Das mentiras - e das verdades - de todo dia

Terminei ontem de ler Mentiras no Divã. E, a despeito do que tinha dito antes, no fim não achei nada chato. O livro não tem uma narrativa linear e por isso é difícil, digamos, se acostumar com ele. São várias histórias envolvendo o relacionamento entre terapeuta e paciente e num certo ponto essas histórias começam a ter continuidade e a fazer sentido. Até lá, fiquei achando o livro um pouco cansativo (até porque quando eu estava começando a me empolgar com uma história, outra menos legal aparecia). Mas tirando isso o livro me surpreendeu demais.

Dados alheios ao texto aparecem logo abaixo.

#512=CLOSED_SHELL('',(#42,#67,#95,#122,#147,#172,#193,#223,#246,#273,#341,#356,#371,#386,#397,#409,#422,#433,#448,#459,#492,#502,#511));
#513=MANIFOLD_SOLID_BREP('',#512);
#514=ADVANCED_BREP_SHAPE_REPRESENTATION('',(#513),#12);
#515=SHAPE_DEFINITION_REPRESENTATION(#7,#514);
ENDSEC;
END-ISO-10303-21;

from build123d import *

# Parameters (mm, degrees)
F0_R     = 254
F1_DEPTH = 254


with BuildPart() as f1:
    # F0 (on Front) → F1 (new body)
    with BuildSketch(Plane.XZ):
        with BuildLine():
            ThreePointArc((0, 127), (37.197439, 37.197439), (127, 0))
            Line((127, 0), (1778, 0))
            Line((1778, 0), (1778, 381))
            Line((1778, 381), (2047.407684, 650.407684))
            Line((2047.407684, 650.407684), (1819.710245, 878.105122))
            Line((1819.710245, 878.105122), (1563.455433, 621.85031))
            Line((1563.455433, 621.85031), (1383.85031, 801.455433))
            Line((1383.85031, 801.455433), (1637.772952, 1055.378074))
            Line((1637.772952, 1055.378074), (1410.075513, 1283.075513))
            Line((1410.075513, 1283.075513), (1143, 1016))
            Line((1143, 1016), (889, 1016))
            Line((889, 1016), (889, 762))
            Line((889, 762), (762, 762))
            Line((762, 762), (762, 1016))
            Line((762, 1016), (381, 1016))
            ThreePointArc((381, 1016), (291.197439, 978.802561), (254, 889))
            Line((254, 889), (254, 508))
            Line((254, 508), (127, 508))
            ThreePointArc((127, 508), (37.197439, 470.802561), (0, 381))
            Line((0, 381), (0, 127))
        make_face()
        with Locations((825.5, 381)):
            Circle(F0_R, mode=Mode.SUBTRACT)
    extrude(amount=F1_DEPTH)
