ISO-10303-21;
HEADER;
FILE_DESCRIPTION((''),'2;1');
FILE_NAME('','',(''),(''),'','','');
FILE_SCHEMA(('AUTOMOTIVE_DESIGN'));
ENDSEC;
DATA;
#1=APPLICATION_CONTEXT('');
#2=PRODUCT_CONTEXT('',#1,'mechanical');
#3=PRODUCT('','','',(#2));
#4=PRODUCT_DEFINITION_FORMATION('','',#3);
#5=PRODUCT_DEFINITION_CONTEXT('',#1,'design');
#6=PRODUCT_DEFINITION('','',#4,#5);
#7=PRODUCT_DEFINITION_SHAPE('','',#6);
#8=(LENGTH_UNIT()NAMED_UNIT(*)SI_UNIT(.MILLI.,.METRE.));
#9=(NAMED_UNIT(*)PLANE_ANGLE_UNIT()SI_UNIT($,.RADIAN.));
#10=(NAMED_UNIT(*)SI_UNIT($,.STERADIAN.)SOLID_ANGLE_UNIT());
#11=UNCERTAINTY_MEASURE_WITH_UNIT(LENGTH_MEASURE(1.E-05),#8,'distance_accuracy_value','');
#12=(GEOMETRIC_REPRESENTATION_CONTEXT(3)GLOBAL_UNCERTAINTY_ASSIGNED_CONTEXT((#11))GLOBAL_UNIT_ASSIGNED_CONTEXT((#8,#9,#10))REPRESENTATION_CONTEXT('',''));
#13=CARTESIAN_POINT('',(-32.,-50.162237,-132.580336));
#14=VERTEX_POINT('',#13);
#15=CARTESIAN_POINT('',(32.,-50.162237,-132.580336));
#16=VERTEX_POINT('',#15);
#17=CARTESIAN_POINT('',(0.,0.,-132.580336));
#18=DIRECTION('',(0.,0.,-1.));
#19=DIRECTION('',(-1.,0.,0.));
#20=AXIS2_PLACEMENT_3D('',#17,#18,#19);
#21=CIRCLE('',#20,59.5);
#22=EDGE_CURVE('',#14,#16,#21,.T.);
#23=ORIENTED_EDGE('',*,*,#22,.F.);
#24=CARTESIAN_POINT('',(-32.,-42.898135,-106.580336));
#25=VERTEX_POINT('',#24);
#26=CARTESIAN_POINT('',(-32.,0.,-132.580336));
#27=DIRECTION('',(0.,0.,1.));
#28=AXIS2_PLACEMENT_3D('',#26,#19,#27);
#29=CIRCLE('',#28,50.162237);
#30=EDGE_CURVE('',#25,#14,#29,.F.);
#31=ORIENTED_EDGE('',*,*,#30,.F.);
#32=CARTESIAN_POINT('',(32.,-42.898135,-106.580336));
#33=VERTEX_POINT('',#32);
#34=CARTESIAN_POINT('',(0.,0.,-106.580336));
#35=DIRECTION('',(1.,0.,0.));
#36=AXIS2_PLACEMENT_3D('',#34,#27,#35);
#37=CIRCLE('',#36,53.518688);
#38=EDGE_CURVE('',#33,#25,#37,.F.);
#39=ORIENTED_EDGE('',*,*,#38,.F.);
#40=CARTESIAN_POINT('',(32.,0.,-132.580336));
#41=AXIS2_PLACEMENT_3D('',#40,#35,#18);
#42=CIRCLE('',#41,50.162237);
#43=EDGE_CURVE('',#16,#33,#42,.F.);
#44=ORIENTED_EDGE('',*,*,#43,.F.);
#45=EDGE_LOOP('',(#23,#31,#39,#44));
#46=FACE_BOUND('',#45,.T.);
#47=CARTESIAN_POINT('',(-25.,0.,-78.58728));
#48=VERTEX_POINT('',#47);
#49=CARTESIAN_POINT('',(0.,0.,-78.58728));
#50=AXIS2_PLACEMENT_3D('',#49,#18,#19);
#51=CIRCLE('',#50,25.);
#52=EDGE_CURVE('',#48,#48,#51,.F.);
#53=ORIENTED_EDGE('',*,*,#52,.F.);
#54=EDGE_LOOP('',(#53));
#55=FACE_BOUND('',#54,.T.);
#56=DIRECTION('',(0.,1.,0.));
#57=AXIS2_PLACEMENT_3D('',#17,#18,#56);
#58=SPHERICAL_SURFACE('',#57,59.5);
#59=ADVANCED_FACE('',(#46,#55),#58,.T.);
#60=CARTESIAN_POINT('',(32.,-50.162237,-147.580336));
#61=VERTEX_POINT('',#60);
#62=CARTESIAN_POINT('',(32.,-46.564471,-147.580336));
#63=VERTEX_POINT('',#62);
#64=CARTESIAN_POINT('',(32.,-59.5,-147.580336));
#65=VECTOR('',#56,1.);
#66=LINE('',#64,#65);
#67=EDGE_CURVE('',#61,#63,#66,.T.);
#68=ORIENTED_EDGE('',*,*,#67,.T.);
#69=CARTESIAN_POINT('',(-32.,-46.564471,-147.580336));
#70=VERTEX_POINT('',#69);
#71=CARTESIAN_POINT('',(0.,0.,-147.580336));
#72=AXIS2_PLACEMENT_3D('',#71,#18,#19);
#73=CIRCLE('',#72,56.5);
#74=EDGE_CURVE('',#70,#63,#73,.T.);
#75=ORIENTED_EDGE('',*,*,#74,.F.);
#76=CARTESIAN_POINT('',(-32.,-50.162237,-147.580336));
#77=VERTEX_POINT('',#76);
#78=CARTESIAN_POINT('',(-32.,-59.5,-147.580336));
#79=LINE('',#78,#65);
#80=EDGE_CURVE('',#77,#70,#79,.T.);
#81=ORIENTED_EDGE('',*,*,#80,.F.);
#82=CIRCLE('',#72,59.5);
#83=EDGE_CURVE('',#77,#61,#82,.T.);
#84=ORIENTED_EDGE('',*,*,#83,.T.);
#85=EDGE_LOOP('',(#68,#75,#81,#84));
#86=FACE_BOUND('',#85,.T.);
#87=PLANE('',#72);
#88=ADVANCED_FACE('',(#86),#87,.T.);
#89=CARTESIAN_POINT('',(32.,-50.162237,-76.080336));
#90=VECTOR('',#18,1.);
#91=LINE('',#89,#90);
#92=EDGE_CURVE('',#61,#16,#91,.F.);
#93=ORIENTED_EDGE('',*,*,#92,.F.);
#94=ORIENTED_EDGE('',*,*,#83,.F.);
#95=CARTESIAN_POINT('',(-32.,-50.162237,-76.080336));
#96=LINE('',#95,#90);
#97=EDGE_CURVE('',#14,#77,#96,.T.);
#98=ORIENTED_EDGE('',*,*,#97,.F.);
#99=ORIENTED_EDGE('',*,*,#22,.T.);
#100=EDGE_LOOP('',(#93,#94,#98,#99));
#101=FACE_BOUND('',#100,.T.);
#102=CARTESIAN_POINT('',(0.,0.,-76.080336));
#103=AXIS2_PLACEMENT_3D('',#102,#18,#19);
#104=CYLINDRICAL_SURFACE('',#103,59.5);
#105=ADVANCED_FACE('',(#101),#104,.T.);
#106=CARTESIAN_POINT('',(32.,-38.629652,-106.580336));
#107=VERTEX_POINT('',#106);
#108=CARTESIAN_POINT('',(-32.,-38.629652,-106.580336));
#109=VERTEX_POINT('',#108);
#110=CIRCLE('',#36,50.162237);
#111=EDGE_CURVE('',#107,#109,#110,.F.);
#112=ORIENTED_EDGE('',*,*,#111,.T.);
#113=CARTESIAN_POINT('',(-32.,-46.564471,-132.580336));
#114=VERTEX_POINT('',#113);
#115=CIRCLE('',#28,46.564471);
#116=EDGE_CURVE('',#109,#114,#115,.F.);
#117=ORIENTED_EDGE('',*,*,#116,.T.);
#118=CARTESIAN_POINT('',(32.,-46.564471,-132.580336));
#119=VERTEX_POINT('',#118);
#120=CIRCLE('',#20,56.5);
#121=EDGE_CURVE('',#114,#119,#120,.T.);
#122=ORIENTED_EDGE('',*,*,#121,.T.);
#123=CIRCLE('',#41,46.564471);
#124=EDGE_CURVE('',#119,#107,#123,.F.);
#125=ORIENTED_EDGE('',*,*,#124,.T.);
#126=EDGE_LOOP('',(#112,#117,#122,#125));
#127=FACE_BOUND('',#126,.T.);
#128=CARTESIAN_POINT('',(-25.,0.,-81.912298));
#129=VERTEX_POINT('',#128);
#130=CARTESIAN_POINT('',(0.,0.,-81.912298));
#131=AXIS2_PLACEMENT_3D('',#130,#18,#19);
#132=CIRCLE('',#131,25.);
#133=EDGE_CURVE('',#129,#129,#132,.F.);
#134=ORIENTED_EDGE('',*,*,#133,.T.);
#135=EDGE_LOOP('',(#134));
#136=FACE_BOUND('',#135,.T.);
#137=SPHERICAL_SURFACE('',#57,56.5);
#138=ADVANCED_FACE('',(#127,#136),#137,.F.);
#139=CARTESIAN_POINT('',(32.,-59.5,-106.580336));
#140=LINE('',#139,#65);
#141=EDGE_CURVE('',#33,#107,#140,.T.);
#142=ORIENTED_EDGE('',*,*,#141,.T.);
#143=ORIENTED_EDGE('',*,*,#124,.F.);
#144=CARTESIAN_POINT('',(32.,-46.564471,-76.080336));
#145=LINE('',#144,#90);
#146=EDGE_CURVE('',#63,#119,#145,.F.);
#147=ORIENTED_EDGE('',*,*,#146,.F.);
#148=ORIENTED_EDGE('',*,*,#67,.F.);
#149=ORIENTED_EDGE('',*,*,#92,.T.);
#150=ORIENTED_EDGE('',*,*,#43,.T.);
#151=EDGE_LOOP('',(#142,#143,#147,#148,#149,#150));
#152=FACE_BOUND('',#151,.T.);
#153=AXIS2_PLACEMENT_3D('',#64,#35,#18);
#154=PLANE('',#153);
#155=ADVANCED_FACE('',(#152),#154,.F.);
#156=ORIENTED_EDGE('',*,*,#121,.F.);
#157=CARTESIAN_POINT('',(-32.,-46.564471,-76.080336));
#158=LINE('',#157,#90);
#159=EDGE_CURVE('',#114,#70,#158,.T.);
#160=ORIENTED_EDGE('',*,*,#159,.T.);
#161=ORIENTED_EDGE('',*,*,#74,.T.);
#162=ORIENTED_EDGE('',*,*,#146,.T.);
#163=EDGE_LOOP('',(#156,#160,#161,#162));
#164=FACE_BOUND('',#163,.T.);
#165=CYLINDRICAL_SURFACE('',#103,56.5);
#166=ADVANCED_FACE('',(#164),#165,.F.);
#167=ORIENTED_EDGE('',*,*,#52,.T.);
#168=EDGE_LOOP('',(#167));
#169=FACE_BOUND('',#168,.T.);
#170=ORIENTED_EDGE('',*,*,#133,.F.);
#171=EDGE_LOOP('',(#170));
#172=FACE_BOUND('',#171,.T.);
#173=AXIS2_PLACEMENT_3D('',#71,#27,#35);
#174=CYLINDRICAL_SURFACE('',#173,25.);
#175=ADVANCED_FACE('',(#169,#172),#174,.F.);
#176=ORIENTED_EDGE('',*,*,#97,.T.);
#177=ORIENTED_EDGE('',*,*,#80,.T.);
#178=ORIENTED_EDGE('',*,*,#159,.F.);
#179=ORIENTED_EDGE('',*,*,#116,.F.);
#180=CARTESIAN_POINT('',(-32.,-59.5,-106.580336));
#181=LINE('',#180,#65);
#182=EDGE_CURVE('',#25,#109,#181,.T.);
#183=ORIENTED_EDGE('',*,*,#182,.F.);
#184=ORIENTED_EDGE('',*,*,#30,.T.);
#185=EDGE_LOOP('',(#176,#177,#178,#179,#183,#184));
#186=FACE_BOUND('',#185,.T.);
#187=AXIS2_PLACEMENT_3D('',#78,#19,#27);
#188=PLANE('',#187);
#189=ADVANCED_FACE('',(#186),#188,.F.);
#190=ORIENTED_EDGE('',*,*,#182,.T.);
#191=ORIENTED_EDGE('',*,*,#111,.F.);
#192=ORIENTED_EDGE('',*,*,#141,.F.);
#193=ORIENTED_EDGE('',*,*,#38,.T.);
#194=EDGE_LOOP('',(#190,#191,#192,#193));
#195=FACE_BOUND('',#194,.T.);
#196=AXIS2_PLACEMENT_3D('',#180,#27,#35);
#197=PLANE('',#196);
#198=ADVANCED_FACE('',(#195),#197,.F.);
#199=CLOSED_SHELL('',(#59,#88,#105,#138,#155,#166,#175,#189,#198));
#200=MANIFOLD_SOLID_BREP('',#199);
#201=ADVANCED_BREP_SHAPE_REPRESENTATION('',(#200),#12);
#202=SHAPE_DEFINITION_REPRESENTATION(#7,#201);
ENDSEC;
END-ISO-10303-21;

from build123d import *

# Parameters (mm, degrees)
SHELL1_T           = 3
SKETCH5_R          = 25
CUT_EXTRUDE3_DEPTH = 170.883652636
SKETCH6_W          = 64
SKETCH6_H          = 41
CUT_EXTRUDE4_DEPTH = 170.883652636


with BuildPart() as part:
    # Sketch2 → Revolve1 (revolve)
    with BuildSketch(Plane(origin=(0, 0, 0), x_dir=(0, 0, -1), z_dir=(1, 0, 0)), mode=Mode.PRIVATE) as revolve1_sk:
        with BuildLine():
            Line((76.080335522, 0), (147.580335522, 0))
            Line((147.580335522, 0), (147.580335522, 56.5))
            Line((147.580335522, 56.5), (132.580335522, 56.5))
            ThreePointArc((132.580335522, 56.5), (92.628802385, 39.951533137), (76.080335522, 0))
        make_face()
    revolve(revolve1_sk.sketch.rotate(Axis((0, 0, -76.080335522), (0, 0, 1)), 90), axis=Axis((0, 0, -76.080335522), (0, 0, 1)))

    # Shell1
    shell1_openings = [part.faces().sort_by_distance(p)[0] for p in [
        (0, 0, -147.580335522),
    ]]
    offset(amount=SHELL1_T, openings=shell1_openings, kind=Kind.INTERSECTION)

    # Sketch5 → Cut-Extrude3 (cut, through all)
    with BuildSketch(Plane.XY):
        with Locations(Location((0, 0, 0), (0, 0, 180))):
            Circle(SKETCH5_R)
    extrude(amount=-CUT_EXTRUDE3_DEPTH, mode=Mode.SUBTRACT)

    # Sketch6 → Cut-Extrude4 (cut, through all)
    with BuildSketch(Plane(origin=(0, 0, 0), x_dir=(1, 0, 0), z_dir=(0, 1, 0))):
        with Locations((0, 127.080335522)):
            Rectangle(SKETCH6_W, SKETCH6_H)
    extrude(amount=-CUT_EXTRUDE4_DEPTH, mode=Mode.SUBTRACT)


solid = part.part
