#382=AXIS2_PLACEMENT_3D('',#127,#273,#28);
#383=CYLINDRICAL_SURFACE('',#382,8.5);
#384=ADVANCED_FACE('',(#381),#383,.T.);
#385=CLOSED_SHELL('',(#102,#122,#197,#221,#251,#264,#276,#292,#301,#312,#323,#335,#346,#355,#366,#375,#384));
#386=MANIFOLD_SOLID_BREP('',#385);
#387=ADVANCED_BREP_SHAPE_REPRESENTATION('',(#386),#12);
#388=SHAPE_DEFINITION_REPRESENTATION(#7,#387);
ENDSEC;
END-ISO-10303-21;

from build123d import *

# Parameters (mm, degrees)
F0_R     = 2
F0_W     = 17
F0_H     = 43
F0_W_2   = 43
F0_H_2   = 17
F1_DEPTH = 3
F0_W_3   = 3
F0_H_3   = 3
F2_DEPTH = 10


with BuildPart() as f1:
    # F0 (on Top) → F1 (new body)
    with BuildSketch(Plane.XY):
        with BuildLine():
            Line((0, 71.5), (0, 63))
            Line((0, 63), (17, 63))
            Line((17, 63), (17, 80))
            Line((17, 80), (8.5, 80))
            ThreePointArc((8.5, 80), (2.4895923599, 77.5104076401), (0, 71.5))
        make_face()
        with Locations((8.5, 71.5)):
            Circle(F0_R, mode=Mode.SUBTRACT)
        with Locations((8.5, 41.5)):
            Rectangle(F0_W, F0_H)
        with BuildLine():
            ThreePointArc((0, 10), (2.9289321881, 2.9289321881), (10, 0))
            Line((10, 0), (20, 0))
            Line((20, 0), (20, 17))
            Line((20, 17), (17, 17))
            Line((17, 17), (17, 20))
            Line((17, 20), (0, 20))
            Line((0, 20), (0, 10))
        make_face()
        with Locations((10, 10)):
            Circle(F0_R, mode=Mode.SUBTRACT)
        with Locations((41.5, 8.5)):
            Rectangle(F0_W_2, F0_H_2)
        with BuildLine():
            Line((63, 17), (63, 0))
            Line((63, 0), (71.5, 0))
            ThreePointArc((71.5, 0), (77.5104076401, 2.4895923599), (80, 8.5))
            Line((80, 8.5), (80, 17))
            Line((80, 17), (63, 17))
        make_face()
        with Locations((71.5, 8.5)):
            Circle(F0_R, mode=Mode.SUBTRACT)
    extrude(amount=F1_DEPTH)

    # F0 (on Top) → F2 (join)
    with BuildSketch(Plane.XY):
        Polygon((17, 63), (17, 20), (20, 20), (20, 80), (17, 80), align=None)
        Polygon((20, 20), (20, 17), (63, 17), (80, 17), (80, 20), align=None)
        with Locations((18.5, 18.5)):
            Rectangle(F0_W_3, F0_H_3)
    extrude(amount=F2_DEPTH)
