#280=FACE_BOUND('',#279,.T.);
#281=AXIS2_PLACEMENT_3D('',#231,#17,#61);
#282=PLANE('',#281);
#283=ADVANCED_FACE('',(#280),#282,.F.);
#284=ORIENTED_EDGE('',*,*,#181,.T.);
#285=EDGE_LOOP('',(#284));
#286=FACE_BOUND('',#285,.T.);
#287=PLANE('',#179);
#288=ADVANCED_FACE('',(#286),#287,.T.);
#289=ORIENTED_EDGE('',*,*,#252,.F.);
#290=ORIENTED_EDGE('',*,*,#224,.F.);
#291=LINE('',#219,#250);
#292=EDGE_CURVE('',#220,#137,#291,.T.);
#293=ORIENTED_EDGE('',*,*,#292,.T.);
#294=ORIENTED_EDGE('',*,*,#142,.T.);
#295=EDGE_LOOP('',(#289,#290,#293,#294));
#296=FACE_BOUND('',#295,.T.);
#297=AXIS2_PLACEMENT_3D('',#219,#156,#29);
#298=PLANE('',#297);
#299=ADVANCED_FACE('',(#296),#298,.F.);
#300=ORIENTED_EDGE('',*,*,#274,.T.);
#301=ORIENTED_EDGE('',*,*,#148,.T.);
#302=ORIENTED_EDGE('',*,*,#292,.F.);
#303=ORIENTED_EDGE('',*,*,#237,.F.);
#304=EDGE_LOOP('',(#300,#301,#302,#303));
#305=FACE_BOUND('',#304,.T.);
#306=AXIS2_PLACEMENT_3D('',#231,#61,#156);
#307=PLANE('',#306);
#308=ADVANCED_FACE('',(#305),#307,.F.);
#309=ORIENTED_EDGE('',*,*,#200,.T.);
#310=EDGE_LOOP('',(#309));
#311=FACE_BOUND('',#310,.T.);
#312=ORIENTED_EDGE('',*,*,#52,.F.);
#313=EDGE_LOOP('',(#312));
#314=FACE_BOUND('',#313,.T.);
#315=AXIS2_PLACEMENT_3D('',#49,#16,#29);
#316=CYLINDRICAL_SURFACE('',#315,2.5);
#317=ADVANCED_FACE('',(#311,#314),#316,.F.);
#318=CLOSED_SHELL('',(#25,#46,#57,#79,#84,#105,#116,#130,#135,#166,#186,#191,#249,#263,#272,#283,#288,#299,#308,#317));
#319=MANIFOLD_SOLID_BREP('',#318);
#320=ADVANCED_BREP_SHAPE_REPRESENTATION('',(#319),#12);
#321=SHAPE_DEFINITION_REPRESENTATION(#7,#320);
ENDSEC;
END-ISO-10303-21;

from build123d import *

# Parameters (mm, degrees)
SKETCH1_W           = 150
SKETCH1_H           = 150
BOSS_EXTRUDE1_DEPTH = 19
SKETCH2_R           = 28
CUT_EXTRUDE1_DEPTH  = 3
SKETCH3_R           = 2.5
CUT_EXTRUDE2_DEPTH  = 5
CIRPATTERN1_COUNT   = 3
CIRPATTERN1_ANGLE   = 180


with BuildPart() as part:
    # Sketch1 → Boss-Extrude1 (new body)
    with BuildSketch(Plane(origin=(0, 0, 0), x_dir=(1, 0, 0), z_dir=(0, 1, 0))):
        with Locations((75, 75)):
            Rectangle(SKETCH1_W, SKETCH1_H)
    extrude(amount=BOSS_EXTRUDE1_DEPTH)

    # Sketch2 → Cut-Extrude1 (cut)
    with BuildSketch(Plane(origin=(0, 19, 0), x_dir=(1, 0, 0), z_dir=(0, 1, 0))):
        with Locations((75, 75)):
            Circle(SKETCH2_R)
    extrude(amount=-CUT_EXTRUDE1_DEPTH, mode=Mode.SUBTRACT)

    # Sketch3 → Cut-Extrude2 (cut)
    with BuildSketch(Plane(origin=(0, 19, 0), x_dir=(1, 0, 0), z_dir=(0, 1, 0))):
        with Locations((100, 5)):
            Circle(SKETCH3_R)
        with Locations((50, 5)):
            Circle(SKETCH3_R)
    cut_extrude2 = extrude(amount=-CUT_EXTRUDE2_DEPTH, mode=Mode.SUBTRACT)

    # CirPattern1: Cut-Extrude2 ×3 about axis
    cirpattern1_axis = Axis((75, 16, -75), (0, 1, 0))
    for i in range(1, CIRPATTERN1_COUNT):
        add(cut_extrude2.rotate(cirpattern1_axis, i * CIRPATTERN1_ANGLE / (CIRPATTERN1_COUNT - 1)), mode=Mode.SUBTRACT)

Fala, como é óbvio, das mentiras que existem nessa relação entre terapeuta e paciente. Mas eu acho que é mais que isso. Ele fala sobre papéis que assumimos em alguns momentos da vida e em como esses papéis, muitas vezes, se distanciam daquilo que de fato somos. Isso aparece com muita clareza nos pensamentos dos terapeutas da história, que vez ou outra pensam que no relacionamento com seus pacientes gostariam de ser mais honestos ou se despir da carapuça de médico que têm que assumir no tratamento. É bem interessante e esse assunto me interessa demais. Porque também tenho uma profissão que, por demandar um enorme contato com as pessoas, por vezes me exige que eu também vista o papel de professora, em muitas coisas tão diferente daquilo que eu sou. Já comentei aqui o quanto me sinto desconfortável na função de avaliadora, apesar de gostar de fazer isso e este ser sempre um desafio enorme prá mim. Mas não é muito meu e eu sempre faço com um cuidado enorme, como se estivesse mesmo pisando em ovos. Questiono o processo, me questiono, questiono os outros, é cansativo (mas visto a persona, claro)... Talvez se eu, nesse aspecto, fosse mais professora, não questionaria tanto.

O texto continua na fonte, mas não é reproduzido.